*TASK DESCRIPTION*:
The lines from the start of the records through the one containing "# FreeCAD 1.0 macro for this part" are to be restated word for word; please include both ends.

————

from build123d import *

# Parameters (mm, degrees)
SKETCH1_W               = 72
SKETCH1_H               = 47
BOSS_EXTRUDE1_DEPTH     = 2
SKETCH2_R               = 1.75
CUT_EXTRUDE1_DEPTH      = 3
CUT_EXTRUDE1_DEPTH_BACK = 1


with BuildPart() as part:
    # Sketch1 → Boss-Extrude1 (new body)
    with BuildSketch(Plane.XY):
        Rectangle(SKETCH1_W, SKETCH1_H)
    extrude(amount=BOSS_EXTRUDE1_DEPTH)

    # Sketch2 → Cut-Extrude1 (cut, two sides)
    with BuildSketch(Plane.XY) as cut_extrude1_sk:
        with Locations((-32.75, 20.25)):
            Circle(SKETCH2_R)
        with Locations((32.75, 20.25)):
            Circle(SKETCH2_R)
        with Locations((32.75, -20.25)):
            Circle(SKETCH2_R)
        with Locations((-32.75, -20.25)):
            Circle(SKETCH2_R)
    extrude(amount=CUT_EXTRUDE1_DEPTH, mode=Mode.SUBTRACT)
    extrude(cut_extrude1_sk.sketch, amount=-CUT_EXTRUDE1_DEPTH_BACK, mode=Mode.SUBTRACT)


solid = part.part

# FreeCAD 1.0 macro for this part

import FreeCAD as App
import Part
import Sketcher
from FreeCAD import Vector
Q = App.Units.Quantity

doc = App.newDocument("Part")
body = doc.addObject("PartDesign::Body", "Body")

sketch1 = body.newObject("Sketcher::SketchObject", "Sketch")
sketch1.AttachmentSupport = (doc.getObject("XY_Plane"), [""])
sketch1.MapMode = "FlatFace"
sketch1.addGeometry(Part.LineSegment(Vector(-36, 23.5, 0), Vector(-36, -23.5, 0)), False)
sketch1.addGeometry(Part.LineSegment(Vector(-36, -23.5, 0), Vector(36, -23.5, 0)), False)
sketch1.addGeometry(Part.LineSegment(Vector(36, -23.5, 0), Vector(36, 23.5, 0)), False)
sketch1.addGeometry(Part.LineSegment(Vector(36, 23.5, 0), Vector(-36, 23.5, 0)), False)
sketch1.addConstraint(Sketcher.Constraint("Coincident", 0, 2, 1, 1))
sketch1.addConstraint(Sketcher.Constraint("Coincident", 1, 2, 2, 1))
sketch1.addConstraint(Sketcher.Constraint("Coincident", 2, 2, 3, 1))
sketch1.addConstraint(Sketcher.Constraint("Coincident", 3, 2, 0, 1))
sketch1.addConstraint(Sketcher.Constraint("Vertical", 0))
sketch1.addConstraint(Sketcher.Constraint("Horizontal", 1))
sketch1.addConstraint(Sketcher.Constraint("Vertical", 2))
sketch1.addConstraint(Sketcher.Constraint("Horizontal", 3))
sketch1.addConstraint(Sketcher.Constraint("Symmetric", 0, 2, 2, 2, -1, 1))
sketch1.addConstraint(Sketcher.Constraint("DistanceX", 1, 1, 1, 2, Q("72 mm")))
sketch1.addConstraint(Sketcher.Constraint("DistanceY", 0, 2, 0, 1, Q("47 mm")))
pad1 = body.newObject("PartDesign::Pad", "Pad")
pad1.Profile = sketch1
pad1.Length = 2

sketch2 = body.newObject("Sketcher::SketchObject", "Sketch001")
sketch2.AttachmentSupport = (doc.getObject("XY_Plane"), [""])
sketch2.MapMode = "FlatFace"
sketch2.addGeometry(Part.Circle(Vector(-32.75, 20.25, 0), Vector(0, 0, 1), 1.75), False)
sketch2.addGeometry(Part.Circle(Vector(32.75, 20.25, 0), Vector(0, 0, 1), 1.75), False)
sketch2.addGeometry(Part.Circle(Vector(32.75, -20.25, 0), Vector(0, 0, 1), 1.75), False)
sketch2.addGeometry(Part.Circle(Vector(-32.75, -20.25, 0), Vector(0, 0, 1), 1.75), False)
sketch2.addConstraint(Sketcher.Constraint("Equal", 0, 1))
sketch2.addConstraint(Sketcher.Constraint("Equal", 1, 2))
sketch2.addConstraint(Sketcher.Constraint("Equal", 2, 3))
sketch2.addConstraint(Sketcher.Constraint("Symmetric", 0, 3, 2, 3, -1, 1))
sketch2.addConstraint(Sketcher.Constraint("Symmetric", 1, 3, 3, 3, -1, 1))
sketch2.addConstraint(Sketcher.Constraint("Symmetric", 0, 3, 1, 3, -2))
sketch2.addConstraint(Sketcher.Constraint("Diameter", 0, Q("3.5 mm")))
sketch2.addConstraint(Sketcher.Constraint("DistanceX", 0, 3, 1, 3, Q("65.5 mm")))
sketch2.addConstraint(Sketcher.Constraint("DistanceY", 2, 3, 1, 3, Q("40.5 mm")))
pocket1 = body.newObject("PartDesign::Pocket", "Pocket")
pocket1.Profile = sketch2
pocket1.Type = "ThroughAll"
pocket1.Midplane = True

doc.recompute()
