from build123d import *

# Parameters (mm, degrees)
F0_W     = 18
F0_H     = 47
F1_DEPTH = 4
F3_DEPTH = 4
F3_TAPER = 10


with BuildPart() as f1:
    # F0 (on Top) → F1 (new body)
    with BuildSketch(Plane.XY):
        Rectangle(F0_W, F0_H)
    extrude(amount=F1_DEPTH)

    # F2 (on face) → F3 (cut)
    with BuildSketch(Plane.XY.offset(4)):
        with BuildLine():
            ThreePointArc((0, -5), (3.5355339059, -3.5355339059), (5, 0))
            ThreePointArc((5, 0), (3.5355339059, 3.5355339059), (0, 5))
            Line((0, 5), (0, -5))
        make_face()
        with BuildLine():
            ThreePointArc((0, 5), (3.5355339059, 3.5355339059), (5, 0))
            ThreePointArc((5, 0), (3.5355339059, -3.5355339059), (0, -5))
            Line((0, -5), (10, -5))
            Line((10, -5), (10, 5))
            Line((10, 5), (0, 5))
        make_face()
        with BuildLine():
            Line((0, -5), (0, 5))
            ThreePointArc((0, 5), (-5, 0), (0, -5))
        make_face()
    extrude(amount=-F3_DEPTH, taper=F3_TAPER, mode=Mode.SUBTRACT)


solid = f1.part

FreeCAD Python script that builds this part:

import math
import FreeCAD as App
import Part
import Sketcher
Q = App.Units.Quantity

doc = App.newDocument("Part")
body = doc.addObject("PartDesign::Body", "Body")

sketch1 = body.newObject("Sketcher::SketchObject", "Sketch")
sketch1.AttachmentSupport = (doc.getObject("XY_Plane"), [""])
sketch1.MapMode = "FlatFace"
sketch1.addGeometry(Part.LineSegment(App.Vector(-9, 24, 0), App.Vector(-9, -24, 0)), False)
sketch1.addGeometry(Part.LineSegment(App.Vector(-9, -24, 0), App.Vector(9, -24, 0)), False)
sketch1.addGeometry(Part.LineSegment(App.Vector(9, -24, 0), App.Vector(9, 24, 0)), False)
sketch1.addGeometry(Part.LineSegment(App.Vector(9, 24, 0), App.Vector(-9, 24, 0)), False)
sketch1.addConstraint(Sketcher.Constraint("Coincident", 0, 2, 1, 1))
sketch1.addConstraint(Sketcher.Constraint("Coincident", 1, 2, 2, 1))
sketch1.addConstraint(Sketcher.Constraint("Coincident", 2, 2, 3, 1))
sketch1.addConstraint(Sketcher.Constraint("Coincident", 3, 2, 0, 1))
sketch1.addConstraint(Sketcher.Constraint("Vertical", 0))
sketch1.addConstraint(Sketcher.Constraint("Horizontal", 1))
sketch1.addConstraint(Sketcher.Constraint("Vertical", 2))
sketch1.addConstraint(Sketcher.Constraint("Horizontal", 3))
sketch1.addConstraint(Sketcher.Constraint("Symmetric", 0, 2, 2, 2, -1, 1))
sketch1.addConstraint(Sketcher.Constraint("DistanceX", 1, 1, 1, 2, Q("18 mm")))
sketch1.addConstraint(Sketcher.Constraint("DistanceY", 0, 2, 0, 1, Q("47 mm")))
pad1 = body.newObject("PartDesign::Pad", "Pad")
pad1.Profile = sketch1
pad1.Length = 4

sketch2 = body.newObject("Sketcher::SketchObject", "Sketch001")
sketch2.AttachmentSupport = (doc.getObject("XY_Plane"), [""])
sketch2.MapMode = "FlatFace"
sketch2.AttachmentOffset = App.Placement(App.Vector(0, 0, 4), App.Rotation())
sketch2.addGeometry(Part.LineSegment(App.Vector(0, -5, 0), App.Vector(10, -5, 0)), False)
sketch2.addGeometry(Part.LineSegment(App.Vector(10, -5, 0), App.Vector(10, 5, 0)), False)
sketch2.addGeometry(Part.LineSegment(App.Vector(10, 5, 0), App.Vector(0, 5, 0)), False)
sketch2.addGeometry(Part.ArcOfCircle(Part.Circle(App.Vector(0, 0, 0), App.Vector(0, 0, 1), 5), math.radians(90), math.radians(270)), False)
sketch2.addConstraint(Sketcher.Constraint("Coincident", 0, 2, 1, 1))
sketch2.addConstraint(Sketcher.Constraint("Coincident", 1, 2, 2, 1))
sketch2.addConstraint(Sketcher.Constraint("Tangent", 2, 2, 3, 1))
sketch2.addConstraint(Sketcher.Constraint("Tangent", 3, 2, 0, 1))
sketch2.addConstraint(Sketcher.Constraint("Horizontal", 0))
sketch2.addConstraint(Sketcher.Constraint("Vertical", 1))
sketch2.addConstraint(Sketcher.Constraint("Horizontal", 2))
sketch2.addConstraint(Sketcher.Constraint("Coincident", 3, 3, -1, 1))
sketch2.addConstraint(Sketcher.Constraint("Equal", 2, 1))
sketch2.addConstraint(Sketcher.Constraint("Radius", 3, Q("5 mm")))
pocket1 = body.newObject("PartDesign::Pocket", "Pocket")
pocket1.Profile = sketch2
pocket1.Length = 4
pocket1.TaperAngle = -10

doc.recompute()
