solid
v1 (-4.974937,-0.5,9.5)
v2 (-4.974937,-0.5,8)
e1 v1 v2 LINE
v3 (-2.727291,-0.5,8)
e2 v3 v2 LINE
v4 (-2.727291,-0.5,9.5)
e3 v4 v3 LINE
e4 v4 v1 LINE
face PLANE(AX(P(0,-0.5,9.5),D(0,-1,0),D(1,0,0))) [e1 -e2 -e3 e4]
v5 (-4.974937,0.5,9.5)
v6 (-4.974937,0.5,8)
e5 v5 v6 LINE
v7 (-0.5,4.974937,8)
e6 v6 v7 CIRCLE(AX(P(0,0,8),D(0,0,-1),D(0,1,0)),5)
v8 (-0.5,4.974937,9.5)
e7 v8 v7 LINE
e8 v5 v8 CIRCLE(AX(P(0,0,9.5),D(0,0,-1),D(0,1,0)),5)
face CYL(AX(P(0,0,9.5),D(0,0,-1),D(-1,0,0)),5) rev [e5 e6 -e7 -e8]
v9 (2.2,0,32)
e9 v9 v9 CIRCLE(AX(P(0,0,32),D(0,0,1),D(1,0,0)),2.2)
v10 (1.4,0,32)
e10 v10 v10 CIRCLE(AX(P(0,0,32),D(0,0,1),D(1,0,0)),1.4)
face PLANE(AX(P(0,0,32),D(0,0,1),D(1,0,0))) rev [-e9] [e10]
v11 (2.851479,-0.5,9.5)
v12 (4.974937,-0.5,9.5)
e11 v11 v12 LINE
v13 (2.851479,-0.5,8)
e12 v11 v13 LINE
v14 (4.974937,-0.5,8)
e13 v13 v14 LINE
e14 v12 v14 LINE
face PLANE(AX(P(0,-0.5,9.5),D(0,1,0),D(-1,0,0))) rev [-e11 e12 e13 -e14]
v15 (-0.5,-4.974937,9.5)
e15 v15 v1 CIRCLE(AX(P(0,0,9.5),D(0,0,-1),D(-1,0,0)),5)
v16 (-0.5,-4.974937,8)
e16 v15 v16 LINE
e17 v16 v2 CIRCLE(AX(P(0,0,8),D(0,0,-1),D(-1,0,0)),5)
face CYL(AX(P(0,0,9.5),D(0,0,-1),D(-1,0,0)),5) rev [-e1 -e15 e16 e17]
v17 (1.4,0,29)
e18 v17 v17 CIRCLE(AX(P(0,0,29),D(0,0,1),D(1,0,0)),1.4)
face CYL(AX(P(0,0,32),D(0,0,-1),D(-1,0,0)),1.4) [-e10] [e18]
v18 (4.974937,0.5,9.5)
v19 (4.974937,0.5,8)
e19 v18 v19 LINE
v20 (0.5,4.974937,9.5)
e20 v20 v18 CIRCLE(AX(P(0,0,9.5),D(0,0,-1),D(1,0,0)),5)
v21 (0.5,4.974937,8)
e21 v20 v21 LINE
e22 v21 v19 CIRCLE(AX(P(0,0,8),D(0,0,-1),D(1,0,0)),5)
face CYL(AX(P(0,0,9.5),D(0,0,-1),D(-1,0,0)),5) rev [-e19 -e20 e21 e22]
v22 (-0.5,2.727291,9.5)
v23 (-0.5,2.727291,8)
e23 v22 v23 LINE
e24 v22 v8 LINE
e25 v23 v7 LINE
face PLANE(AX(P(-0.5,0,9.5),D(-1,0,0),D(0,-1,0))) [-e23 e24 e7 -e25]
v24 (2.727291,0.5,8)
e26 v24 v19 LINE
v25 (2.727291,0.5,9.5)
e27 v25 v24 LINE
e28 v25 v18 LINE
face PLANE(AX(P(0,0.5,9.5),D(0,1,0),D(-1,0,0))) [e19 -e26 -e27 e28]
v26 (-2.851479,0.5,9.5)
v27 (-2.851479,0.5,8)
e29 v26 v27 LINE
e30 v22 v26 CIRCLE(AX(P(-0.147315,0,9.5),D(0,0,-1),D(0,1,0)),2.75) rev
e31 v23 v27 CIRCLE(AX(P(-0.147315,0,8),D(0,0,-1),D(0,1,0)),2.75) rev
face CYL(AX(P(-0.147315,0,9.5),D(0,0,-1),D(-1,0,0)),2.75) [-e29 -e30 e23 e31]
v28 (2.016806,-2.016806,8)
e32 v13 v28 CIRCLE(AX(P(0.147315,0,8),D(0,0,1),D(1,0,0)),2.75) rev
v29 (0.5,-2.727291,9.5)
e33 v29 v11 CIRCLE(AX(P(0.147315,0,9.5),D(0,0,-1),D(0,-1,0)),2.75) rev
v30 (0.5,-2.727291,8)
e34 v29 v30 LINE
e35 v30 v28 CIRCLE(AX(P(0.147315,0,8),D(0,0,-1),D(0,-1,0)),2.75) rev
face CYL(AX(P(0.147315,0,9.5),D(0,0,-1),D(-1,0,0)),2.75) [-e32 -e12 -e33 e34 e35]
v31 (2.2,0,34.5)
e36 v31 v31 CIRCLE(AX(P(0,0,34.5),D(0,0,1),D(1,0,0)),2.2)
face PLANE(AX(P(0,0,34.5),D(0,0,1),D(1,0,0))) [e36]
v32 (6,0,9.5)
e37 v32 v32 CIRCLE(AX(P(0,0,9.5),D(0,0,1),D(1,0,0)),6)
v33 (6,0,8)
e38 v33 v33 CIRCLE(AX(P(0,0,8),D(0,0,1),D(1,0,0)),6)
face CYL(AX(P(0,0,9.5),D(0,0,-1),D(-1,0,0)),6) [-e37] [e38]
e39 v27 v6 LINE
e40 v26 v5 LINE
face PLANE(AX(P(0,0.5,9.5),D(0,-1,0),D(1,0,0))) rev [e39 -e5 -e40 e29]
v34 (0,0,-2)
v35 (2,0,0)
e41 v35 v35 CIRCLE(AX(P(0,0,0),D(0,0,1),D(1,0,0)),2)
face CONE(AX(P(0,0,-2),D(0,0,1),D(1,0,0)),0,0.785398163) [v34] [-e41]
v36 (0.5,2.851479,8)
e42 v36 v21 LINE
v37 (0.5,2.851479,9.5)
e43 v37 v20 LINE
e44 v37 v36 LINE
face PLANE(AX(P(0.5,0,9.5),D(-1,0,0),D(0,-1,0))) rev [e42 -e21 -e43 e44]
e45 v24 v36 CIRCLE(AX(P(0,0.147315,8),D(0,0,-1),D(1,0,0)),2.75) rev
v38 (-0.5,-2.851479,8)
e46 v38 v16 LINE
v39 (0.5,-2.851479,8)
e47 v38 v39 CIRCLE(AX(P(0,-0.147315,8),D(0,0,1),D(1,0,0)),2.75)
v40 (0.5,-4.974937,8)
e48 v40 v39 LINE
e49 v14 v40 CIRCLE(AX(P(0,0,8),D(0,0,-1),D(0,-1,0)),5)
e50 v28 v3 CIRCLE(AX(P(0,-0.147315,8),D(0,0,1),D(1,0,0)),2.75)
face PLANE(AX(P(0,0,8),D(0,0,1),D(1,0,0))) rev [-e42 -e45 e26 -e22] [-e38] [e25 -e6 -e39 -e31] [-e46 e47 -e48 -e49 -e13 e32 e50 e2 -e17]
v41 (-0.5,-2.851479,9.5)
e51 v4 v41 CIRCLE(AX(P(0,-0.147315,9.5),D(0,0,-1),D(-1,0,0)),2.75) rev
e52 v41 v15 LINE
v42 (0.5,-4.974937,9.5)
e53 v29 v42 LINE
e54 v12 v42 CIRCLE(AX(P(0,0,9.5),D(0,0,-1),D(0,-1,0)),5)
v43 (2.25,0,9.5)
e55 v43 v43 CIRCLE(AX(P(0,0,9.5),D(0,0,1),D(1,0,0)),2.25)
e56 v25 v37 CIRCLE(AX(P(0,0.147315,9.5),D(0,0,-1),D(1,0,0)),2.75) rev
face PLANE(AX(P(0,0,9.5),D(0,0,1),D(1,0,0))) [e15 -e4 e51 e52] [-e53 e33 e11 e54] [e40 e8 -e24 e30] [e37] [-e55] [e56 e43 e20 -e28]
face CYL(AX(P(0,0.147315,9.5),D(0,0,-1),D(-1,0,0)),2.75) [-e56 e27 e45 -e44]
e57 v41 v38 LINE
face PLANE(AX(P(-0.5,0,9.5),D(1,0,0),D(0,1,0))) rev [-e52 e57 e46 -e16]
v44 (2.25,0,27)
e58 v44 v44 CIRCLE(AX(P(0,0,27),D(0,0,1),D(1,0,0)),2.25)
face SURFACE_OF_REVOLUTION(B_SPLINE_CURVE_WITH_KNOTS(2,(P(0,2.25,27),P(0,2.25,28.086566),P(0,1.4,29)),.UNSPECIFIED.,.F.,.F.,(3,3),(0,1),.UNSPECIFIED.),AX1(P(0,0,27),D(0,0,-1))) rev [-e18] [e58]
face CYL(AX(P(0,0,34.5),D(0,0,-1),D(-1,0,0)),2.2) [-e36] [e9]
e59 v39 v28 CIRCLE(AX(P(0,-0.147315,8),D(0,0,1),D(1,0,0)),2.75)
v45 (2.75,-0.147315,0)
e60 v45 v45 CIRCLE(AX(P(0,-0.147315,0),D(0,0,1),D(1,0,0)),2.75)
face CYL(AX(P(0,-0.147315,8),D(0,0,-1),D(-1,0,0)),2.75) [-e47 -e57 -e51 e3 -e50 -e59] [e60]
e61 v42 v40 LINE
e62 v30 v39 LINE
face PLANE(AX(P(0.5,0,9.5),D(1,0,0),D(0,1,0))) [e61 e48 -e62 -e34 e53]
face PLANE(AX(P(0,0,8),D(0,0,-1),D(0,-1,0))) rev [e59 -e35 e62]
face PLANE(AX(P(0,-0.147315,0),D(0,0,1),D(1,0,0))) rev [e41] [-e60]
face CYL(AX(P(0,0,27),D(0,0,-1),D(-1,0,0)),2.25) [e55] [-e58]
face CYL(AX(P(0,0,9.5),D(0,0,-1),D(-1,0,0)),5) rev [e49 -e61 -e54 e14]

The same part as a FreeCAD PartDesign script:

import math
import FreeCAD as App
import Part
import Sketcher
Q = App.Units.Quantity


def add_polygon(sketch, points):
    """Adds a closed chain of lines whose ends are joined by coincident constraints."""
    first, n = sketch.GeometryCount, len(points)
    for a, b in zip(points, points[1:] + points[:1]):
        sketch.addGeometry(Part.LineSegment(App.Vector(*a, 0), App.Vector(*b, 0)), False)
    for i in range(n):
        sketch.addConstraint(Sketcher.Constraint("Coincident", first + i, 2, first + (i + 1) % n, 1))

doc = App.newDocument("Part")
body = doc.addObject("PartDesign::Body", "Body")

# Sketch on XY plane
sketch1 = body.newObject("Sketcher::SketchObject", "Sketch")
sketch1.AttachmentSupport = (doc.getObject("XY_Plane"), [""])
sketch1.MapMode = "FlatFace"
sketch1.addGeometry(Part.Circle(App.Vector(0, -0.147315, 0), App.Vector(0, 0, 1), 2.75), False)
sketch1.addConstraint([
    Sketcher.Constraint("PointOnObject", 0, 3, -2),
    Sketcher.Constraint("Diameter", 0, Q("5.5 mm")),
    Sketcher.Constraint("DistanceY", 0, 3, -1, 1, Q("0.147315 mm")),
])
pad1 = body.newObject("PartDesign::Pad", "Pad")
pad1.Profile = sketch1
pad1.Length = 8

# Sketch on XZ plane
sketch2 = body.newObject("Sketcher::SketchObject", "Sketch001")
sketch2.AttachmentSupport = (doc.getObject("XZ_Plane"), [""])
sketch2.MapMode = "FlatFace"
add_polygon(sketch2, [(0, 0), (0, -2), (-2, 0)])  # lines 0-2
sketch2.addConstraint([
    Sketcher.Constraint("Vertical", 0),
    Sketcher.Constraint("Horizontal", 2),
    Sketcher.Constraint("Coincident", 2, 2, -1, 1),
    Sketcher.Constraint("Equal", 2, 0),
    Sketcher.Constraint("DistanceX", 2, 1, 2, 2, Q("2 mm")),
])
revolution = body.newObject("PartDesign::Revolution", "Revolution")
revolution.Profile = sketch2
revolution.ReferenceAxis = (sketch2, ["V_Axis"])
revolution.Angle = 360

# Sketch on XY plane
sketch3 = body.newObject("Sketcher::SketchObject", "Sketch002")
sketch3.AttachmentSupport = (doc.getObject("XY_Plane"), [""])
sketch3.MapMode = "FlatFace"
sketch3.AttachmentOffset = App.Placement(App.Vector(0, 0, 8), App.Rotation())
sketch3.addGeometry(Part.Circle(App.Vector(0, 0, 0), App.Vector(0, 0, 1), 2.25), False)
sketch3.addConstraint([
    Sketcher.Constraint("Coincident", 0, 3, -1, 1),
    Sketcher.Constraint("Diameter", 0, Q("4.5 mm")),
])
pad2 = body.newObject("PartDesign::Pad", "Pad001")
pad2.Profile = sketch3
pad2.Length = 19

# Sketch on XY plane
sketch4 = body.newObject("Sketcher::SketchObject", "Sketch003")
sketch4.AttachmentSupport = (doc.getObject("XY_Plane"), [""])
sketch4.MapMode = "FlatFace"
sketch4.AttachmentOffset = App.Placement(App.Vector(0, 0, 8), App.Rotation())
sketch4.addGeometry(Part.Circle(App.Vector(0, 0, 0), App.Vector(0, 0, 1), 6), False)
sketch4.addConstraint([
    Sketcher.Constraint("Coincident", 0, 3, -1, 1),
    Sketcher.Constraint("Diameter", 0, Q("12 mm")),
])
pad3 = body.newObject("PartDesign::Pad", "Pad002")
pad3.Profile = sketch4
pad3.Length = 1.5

————

*RESPONSE BELOW*:
from build123d import *

# Parameters (mm, degrees)
SKETCH1_W               = 72
SKETCH1_H               = 47
BOSS_EXTRUDE1_DEPTH     = 2
SKETCH2_R               = 1.75
CUT_EXTRUDE1_DEPTH      = 3
CUT_EXTRUDE1_DEPTH_BACK = 1


with BuildPart() as part:
    # Sketch1 → Boss-Extrude1 (new body)
    with BuildSketch(Plane.XY):
        Rectangle(SKETCH1_W, SKETCH1_H)
    extrude(amount=BOSS_EXTRUDE1_DEPTH)

    # Sketch2 → Cut-Extrude1 (cut, two sides)
    with BuildSketch(Plane.XY) as cut_extrude1_sk:
        with Locations((-32.75, 20.25)):
            Circle(SKETCH2_R)
        with Locations((32.75, 20.25)):
            Circle(SKETCH2_R)
        with Locations((32.75, -20.25)):
            Circle(SKETCH2_R)
        with Locations((-32.75, -20.25)):
            Circle(SKETCH2_R)
    extrude(amount=CUT_EXTRUDE1_DEPTH, mode=Mode.SUBTRACT)
    extrude(cut_extrude1_sk.sketch, amount=-CUT_EXTRUDE1_DEPTH_BACK, mode=Mode.SUBTRACT)


solid = part.part

# FreeCAD 1.0 macro for this part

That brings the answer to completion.